== Data under study ==

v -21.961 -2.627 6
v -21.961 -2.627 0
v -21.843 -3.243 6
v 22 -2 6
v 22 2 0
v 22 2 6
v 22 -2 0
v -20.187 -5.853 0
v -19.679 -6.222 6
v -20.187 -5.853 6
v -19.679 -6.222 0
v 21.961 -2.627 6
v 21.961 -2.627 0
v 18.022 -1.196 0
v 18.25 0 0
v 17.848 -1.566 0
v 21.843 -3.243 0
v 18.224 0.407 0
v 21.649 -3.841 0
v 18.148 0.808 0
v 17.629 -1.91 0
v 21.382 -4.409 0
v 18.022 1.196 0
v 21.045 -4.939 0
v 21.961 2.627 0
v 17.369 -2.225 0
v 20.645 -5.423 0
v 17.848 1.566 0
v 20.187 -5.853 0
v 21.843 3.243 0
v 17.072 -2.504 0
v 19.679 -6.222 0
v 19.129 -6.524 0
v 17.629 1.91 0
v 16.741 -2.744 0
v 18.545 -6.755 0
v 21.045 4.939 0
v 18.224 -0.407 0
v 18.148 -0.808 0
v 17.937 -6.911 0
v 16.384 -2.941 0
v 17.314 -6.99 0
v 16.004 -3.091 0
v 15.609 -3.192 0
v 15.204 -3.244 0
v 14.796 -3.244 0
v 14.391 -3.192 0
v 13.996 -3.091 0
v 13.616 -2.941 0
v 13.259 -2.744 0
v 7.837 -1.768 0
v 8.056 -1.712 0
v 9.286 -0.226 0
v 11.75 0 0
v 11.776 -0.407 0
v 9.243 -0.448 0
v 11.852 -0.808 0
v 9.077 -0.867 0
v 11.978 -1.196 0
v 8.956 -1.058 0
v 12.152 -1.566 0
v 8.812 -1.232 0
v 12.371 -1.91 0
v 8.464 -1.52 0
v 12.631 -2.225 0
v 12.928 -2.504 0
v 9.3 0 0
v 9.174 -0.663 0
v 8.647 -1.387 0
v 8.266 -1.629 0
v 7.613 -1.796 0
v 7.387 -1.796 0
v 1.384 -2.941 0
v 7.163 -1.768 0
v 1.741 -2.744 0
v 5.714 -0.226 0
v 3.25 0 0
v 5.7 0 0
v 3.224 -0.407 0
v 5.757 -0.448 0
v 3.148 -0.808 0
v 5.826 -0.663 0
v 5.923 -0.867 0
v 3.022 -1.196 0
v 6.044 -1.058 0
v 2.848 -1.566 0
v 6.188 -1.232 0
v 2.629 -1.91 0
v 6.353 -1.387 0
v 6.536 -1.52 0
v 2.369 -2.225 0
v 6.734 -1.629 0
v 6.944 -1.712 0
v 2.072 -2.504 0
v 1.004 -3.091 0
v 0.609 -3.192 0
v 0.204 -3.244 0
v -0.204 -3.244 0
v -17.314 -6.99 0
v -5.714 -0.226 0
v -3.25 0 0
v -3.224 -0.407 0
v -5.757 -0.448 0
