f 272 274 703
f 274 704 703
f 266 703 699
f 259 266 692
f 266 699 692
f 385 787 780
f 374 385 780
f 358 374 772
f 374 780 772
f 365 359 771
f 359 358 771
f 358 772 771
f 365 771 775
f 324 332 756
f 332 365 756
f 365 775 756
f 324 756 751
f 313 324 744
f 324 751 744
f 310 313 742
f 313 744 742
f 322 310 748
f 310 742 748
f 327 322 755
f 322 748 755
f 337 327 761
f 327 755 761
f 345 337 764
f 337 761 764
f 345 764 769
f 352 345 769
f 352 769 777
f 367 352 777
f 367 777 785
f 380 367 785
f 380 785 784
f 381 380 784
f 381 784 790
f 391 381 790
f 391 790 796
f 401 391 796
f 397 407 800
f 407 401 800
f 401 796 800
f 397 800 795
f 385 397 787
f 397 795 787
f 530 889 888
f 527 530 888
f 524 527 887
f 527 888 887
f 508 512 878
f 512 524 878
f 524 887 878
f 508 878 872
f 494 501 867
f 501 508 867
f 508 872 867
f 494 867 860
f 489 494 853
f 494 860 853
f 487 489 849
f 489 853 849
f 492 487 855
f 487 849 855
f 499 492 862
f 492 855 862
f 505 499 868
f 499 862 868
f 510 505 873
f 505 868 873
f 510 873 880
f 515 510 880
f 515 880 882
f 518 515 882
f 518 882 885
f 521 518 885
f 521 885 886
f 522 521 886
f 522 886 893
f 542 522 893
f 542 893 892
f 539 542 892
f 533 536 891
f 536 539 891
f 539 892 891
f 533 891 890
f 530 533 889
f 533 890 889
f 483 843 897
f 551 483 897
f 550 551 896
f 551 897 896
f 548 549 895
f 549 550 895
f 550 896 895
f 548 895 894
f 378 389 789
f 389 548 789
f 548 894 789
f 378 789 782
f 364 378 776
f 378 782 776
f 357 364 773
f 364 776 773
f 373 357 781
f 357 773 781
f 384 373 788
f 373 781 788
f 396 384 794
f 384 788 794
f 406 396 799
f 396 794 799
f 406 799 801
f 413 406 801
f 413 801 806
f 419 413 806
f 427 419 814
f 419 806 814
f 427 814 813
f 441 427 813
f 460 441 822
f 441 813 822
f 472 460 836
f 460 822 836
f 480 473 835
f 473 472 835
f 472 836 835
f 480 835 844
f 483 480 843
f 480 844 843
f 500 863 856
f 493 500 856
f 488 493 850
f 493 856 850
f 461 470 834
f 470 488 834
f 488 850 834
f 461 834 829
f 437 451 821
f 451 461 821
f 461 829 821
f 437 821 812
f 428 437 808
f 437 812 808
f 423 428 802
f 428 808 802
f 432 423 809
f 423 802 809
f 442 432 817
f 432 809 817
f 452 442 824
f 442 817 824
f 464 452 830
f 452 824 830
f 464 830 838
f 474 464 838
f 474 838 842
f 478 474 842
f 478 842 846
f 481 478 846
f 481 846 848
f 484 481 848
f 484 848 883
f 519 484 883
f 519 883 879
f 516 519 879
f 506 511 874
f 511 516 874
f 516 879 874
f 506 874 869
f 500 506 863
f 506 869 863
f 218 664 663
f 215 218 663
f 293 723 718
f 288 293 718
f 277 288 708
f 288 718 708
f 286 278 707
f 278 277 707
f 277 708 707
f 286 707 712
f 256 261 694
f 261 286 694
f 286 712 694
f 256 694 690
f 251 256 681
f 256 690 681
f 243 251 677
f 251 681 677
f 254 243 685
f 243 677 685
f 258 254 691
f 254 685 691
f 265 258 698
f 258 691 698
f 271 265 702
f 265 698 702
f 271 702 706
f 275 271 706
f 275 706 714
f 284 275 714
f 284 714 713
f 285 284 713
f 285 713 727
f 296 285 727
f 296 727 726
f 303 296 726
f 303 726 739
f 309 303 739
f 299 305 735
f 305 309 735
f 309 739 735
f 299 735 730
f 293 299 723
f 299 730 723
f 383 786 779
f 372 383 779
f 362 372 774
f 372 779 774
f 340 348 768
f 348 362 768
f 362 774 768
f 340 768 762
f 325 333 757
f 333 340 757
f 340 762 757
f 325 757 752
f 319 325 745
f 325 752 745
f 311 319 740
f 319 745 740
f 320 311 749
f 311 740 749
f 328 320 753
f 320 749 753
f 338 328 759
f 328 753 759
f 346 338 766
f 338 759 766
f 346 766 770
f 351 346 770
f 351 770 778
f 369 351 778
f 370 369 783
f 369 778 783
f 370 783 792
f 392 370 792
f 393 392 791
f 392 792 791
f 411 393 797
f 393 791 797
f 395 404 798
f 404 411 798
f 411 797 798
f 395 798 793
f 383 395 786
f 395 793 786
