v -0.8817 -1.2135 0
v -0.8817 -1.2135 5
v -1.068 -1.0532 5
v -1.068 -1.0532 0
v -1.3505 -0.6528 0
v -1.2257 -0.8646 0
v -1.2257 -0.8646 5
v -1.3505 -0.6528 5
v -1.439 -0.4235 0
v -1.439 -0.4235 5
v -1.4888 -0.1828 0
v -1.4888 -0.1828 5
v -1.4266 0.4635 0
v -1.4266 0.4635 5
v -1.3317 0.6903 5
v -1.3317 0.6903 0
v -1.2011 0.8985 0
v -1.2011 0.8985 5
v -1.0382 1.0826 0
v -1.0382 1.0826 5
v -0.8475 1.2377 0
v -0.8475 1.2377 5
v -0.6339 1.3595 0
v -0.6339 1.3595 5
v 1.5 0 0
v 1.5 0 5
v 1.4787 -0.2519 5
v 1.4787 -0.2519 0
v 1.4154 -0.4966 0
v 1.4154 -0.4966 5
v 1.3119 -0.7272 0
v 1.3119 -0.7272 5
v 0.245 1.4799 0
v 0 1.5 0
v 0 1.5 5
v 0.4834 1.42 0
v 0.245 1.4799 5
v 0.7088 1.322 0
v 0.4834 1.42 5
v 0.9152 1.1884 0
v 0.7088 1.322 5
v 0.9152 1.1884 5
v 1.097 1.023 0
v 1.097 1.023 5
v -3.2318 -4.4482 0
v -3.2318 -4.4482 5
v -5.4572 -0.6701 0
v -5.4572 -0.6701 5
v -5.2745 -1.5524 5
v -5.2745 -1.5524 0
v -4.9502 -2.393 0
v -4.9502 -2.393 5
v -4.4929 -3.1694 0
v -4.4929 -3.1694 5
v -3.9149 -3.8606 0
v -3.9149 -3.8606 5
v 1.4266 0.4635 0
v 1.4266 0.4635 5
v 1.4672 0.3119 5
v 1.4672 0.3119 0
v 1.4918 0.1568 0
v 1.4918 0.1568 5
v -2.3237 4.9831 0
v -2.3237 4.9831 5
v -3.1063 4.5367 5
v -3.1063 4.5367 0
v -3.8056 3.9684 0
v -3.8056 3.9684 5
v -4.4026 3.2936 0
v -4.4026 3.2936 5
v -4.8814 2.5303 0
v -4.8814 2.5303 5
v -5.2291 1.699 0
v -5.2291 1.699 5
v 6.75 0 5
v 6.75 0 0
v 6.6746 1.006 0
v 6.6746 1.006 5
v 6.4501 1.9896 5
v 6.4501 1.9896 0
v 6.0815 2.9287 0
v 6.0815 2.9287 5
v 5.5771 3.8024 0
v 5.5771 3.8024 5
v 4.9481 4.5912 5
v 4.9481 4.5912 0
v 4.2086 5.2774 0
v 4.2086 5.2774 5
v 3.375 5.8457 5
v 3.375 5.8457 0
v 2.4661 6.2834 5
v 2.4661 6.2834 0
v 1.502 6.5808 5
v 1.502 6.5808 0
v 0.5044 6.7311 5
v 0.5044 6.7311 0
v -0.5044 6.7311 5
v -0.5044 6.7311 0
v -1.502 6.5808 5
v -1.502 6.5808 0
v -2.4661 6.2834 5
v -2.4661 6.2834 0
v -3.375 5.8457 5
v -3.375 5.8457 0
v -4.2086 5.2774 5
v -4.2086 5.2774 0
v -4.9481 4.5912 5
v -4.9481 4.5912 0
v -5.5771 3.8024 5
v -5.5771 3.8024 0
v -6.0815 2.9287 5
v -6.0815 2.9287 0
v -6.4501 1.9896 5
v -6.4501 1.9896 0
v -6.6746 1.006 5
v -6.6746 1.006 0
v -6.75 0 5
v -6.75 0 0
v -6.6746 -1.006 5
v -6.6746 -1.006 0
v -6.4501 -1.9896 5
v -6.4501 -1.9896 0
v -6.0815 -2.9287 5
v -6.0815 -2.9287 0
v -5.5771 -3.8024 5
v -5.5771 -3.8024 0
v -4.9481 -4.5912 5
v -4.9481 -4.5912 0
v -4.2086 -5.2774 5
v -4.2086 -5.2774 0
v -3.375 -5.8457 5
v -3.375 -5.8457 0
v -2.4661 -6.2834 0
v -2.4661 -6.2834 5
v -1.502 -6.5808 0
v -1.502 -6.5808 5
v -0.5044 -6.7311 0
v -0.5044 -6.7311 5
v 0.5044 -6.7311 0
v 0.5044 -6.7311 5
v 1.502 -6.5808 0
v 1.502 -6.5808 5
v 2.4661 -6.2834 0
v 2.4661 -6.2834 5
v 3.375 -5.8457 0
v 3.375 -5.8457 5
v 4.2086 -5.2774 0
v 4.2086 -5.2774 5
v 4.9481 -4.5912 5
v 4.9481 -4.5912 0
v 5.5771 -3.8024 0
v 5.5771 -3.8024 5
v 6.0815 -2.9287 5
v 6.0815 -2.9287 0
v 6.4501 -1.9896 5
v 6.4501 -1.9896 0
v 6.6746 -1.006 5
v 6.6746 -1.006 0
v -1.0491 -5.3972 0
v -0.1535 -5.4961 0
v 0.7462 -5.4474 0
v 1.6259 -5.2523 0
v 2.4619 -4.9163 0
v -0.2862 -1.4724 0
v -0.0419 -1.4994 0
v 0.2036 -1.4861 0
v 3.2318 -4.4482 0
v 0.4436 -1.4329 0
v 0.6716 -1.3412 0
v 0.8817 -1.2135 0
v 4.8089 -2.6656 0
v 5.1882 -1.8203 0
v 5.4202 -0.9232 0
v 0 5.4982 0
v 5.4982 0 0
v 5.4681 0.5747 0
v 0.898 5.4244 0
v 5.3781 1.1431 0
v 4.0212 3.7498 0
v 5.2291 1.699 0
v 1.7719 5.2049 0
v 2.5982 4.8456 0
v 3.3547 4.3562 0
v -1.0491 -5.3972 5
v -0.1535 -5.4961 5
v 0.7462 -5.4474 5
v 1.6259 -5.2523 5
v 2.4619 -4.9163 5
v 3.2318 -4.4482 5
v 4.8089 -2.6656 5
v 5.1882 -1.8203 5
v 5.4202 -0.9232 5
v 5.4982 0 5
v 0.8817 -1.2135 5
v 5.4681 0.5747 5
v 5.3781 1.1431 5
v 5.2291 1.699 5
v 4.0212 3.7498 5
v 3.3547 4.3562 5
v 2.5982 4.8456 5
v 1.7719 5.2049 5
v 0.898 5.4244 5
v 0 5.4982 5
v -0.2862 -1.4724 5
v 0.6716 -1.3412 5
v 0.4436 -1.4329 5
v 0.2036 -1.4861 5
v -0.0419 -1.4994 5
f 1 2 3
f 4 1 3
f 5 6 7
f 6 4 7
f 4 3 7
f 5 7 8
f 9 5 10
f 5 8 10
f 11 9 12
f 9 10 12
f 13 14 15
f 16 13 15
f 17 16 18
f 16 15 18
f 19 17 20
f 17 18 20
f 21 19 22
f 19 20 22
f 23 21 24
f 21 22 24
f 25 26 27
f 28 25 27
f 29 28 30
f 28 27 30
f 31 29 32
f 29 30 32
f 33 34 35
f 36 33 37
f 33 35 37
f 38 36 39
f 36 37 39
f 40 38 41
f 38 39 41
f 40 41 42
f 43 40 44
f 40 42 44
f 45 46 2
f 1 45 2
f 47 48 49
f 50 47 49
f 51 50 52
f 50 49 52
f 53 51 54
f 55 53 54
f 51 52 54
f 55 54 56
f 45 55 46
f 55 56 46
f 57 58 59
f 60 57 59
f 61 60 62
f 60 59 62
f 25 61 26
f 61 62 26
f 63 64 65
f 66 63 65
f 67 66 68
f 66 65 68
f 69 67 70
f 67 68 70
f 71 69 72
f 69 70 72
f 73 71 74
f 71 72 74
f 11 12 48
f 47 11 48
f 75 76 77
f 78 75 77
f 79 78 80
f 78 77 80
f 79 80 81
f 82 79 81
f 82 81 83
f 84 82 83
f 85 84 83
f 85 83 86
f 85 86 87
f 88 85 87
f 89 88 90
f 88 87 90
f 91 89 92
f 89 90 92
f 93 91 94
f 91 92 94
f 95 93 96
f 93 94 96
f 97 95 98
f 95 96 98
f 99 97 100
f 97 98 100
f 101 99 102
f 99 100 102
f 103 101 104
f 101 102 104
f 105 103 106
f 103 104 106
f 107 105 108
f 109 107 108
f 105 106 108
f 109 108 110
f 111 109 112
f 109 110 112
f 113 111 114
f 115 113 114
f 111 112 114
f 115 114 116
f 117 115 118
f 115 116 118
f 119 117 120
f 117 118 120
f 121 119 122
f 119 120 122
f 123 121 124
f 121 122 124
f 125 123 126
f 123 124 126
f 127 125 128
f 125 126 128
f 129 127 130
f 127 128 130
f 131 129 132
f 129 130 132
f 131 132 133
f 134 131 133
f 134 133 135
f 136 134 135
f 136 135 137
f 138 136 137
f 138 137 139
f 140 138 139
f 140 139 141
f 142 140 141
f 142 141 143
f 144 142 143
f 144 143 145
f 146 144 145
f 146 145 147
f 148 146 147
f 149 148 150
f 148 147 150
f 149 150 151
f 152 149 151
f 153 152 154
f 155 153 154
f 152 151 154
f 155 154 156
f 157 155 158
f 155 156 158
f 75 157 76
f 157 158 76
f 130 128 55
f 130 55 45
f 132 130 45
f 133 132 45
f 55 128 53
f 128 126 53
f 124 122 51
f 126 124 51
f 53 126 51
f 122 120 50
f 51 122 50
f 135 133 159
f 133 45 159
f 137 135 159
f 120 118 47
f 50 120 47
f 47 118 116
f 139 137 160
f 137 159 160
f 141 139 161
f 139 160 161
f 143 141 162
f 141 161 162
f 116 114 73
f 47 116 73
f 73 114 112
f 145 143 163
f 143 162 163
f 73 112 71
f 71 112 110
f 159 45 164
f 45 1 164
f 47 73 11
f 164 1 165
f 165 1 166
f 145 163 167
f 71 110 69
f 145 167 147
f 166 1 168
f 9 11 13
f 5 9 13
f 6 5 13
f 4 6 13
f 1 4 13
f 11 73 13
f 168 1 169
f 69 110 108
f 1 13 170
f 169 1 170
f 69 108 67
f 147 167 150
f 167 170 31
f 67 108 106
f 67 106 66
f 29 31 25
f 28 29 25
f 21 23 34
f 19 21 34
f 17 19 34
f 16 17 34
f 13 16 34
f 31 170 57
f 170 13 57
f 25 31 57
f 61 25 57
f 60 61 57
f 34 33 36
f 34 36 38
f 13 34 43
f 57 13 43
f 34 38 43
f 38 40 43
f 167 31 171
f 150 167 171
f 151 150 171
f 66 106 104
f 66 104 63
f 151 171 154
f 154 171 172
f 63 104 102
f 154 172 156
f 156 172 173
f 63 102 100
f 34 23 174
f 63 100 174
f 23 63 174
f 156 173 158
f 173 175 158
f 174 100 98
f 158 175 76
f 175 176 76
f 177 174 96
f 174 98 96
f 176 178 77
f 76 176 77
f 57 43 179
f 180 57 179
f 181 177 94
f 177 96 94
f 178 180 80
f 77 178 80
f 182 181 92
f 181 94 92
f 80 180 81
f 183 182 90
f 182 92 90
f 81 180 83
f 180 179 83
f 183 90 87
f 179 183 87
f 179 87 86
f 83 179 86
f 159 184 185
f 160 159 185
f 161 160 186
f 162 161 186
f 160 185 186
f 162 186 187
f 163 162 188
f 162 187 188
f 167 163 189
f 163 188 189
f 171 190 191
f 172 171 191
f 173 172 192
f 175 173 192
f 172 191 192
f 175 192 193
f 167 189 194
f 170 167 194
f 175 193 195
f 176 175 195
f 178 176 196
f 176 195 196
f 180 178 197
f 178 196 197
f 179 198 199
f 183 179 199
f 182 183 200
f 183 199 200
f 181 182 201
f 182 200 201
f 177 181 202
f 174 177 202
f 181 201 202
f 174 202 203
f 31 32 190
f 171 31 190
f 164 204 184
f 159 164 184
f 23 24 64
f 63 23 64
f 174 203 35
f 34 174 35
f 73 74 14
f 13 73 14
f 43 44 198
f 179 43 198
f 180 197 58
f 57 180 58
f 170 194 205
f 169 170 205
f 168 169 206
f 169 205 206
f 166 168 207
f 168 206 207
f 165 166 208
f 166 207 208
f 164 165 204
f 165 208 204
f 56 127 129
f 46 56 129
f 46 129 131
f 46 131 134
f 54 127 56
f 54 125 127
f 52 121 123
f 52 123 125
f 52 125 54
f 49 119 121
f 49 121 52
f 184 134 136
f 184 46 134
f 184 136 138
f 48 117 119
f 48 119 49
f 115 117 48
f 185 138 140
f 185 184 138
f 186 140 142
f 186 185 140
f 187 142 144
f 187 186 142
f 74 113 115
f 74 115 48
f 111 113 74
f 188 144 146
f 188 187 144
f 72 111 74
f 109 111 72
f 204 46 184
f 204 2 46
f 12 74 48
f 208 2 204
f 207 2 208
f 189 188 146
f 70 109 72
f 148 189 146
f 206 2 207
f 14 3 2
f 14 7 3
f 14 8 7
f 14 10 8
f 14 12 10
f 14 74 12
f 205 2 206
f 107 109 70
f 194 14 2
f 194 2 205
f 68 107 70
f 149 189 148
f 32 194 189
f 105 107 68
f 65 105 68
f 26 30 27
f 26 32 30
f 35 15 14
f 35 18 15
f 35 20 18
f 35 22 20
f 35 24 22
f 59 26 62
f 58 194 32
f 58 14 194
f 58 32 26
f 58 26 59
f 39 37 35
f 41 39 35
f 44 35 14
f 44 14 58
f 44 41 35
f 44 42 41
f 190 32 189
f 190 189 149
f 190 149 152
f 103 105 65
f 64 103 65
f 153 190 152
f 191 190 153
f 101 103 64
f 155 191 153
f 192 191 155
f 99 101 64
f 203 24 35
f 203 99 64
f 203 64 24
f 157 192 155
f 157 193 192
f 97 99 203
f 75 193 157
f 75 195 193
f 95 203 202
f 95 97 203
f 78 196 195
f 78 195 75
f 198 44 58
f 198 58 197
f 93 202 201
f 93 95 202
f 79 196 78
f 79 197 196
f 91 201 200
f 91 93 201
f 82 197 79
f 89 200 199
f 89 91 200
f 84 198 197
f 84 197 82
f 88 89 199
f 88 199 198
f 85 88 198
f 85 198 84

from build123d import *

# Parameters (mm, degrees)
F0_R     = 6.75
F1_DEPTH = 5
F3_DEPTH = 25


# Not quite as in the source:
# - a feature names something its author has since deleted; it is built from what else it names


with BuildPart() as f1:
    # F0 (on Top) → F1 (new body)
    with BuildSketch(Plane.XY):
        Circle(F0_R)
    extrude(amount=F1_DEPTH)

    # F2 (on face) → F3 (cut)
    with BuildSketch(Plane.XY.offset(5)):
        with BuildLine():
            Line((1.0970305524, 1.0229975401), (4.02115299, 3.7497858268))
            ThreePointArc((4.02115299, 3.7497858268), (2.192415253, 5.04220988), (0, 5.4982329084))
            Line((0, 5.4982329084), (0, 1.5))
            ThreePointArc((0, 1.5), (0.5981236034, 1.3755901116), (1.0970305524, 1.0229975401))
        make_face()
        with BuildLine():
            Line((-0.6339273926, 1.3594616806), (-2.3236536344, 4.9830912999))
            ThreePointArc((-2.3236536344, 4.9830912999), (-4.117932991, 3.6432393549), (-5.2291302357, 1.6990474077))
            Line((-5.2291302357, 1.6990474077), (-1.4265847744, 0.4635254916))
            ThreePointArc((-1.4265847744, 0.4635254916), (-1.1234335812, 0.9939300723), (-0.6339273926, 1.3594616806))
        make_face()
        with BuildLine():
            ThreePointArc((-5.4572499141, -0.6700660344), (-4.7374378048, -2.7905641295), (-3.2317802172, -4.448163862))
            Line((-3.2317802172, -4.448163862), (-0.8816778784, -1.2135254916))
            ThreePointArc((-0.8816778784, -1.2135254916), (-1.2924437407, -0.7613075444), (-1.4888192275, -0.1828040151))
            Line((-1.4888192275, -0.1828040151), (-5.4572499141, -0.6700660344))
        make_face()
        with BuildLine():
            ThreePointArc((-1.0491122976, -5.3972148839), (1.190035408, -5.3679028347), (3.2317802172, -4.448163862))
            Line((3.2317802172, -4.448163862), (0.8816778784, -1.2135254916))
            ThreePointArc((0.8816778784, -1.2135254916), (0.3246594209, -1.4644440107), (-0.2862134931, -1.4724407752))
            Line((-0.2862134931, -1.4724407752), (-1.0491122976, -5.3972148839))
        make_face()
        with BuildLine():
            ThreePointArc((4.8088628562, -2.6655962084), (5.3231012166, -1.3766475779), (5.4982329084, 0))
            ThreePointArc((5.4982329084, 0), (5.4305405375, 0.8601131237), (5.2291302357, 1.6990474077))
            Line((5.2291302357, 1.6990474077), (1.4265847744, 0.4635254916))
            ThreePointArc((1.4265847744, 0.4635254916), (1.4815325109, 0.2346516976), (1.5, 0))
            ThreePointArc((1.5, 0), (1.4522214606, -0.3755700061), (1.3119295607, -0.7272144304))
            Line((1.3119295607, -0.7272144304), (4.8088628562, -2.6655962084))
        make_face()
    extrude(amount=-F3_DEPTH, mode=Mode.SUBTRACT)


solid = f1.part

===

* Your assignment
In the entries above, one line contains "f 56 127 129" and another contains "f 85 198 84". Reproduce exactly those two lines and the lines between them, nothing else.

* Solution to this problem
f 56 127 129
f 46 56 129
f 46 129 131
f 46 131 134
f 54 127 56
f 54 125 127
f 52 121 123
f 52 123 125
f 52 125 54
f 49 119 121
f 49 121 52
f 184 134 136
f 184 46 134
f 184 136 138
f 48 117 119
f 48 119 49
f 115 117 48
f 185 138 140
f 185 184 138
f 186 140 142
f 186 185 140
f 187 142 144
f 187 186 142
f 74 113 115
f 74 115 48
f 111 113 74
f 188 144 146
f 188 187 144
f 72 111 74
f 109 111 72
f 204 46 184
f 204 2 46
f 12 74 48
f 208 2 204
f 207 2 208
f 189 188 146
f 70 109 72
f 148 189 146
f 206 2 207
f 14 3 2
f 14 7 3
f 14 8 7
f 14 10 8
f 14 12 10
f 14 74 12
f 205 2 206
f 107 109 70
f 194 14 2
f 194 2 205
f 68 107 70
f 149 189 148
f 32 194 189
f 105 107 68
f 65 105 68
f 26 30 27
f 26 32 30
f 35 15 14
f 35 18 15
f 35 20 18
f 35 22 20
f 35 24 22
f 59 26 62
f 58 194 32
f 58 14 194
f 58 32 26
f 58 26 59
f 39 37 35
f 41 39 35
f 44 35 14
f 44 14 58
f 44 41 35
f 44 42 41
f 190 32 189
f 190 189 149
f 190 149 152
f 103 105 65
f 64 103 65
f 153 190 152
f 191 190 153
f 101 103 64
f 155 191 153
f 192 191 155
f 99 101 64
f 203 24 35
f 203 99 64
f 203 64 24
f 157 192 155
f 157 193 192
f 97 99 203
f 75 193 157
f 75 195 193
f 95 203 202
f 95 97 203
f 78 196 195
f 78 195 75
f 198 44 58
f 198 58 197
f 93 202 201
f 93 95 202
f 79 196 78
f 79 197 196
f 91 201 200
f 91 93 201
f 82 197 79
f 89 200 199
f 89 91 200
f 84 198 197
f 84 197 82
f 88 89 199
f 88 199 198
f 85 88 198
f 85 198 84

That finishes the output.